RAG that admits when it's wrong

Published on Feb 2, 2026

3 min read

Prelude

You are setting up a RAG chatbot and would like to make it admit when it does not know the answer.

Say your RAG is helping you read books by answering questions about it. You not only want it to give you a (relevant) answer but to also admit defeat when it does not know.

Perhaps the previous blogpost sparked your curiosity.

Implementation

There are many available techniques here. As The Engineer, we will again strive to choose the most effective ones.

The most obvious choice is to try it via prompt engineering. A related one, as hinted before, is to take a deeper look at those relevance scores returned by the vector db.

Lastly, we do have the temperature hyperparameter. The lower the value, the more deterministic the model and thus less likely to pick “creative” answers. Implicitly however, this does rely on the prompt containing sufficient relevant data to be able to compute such a deterministic answer. Recall: rubbish in - rubbish out.

So let’s do all :)

Prompt

This part is very simple. Essentially add to the prompt any variation of:

If the answer is not contained within the provided context,
state that you do not know. Do not use outside knowledge.

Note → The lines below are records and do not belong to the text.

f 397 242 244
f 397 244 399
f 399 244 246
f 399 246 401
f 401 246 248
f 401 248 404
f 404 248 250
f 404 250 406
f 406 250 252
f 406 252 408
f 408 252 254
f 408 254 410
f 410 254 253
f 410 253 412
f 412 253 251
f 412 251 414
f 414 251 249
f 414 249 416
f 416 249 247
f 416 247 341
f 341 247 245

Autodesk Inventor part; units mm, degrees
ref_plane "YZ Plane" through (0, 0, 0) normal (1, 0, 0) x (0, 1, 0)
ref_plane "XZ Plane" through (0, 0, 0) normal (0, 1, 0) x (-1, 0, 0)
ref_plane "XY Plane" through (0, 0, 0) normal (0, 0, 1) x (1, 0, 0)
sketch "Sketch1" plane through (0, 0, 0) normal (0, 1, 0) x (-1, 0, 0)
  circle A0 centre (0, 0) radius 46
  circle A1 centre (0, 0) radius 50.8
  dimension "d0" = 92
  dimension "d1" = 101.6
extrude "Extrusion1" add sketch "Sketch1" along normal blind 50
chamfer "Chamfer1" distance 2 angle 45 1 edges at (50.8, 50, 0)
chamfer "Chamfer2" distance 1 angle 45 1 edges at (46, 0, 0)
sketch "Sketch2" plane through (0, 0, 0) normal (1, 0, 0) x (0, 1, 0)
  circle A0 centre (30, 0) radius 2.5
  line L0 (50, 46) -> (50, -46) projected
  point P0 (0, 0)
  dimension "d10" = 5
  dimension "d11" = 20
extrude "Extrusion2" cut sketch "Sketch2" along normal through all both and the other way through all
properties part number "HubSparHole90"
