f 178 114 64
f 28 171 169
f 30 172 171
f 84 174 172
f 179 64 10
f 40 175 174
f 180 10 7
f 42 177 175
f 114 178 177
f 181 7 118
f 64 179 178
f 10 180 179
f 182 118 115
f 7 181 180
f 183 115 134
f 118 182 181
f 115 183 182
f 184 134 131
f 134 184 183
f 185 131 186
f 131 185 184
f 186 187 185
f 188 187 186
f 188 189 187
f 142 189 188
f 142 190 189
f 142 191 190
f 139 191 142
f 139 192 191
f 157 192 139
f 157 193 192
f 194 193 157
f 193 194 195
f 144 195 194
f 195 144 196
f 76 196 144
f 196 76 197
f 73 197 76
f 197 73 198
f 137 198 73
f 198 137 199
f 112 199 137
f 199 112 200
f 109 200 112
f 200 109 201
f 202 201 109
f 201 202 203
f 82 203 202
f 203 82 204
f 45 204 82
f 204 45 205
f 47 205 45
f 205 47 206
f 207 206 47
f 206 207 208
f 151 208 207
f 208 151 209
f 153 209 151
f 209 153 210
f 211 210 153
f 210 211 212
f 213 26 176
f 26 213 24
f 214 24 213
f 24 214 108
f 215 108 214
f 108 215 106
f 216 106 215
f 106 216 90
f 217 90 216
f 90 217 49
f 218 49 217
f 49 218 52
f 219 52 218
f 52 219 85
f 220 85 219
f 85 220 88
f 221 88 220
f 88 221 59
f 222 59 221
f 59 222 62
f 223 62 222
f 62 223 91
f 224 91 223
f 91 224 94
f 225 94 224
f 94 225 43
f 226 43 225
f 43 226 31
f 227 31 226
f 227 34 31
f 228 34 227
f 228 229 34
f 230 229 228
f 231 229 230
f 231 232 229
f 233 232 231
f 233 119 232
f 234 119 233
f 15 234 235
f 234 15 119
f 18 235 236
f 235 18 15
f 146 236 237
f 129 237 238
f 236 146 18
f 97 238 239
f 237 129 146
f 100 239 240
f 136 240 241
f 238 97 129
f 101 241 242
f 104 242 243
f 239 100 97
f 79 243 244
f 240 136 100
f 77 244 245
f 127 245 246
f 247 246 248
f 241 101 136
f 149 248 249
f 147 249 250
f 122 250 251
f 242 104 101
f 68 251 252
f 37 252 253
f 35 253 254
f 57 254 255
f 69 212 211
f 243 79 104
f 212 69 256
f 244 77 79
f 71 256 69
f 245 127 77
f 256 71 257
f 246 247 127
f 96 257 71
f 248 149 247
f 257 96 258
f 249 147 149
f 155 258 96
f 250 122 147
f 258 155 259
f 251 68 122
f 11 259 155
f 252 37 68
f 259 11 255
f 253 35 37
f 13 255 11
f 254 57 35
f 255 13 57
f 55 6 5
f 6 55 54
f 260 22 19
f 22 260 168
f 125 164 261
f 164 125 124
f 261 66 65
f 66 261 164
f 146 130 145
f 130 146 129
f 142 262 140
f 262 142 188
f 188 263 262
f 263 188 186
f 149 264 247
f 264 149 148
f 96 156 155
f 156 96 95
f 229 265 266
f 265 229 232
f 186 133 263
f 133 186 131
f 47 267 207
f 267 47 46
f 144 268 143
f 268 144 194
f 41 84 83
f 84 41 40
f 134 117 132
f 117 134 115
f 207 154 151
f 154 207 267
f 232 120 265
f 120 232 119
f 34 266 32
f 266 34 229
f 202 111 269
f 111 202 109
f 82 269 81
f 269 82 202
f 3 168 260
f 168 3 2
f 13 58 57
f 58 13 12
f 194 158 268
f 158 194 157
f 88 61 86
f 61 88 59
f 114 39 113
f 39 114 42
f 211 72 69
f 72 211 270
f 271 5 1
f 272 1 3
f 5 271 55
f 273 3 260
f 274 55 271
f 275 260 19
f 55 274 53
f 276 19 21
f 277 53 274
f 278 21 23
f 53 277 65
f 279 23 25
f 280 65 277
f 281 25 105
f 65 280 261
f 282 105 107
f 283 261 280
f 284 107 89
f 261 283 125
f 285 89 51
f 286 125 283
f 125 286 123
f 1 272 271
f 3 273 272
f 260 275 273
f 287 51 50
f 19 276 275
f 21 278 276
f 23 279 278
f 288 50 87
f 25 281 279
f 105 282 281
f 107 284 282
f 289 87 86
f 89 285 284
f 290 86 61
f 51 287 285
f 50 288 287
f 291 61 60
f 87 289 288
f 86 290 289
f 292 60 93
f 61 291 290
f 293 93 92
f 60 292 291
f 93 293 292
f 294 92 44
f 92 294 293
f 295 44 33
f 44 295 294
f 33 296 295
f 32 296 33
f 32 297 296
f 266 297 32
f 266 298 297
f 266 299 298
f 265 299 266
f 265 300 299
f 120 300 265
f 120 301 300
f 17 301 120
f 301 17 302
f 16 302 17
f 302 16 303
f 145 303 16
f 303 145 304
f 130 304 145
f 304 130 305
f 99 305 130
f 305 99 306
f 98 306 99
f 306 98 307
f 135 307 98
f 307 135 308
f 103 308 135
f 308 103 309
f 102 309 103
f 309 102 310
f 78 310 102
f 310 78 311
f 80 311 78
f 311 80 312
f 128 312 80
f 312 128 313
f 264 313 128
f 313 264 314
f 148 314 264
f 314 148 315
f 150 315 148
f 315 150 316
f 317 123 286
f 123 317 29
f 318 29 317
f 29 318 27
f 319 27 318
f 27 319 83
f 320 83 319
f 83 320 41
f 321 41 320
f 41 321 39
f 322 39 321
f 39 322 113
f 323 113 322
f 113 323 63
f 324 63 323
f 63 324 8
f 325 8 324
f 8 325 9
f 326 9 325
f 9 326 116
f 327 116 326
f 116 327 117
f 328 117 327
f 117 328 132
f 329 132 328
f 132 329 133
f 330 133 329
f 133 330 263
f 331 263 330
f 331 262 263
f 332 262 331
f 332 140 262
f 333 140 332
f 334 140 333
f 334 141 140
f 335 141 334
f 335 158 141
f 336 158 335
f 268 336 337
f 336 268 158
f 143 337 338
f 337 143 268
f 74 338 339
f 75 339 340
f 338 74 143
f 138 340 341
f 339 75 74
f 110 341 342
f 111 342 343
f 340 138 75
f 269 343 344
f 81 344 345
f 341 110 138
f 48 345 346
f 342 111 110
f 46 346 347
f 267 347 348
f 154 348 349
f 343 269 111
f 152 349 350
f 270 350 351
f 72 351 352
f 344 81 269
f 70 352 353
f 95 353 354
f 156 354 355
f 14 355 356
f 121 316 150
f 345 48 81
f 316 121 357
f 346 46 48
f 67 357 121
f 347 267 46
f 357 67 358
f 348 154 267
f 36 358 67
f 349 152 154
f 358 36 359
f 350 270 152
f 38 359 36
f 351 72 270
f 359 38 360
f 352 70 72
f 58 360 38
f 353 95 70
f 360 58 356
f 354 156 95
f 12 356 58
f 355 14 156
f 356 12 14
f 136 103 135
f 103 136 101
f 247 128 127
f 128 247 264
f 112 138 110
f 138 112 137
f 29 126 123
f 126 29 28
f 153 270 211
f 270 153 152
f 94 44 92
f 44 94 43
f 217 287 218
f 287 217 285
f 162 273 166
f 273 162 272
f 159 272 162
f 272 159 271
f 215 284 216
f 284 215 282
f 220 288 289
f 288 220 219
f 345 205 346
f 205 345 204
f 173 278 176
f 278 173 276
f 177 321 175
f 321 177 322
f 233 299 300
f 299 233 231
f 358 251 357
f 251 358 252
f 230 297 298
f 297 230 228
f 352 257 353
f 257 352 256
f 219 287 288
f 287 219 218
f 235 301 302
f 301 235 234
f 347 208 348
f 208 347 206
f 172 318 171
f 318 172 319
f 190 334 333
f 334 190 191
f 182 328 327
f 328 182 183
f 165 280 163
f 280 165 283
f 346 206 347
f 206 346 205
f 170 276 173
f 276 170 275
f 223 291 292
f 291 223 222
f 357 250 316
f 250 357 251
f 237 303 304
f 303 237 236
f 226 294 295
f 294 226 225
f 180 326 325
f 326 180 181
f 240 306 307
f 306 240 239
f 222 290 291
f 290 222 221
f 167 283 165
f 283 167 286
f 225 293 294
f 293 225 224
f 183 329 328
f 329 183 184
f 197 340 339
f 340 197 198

We can see that working in the following screenshot:

Example output on prompt change

While questions which do have answers in the books are still answered as expected.

Relevance scores

The simplest is to use langchain’s retriever as

retriever = vector_store.as_retriever(
    search_type="similarity_score_threshold",
    search_kwargs={"score_threshold": threshold}
)

and then tune the threshold. However, this abstracts away the actual score.

So let’s use the slightly lower level approach on the vector_store itself:

relevant_docs = vector_store.similarity_search_with_relevance_scores(query, k=2)
relevant_docs = [doc for doc, score in relevant_docs if score > threshold]

This way we can manually filter out docs as we see fit, be it on score or other heuristics (hint ;)).

But how do we choose the threshold?

Well this is not easy. As a proof of concept, one can manually try out some good vs bad examples and pick a value.

Diving deeper, understanding the metric is critical. There are different options with different ranges and so on.

One would then create a gold queries dataset with both good and bad questions given the known data the RAG has access to, then finally do some nice data science and find a more accurate threshold.

Temperature

This option is even trickier to evaluate, however requires a very simple change:

llm = ChatOllama(
    model="llama3",
+    temperature=0,
)

as opposed to the default 0.8.

So again, this affects the token generation itself, meaning the good answers should more obviously be picked than non-related ones.

Addendum

So what were those other options?

Updating the data retrieval itself would implicitly prevent hallucination. The next blogpost shall dive deeper into this topic.

Other techniques include asking the model to correct itself. This essentially means adding another generation step with a prompt such as:

Look at this context and response; does the response contain information not in the context?
If yes, remove it.

This second step could even be via a different smaller model, to save on costs.

Lastly, hallucination detection frameworks do exist specifically for this use case, such as Ragas.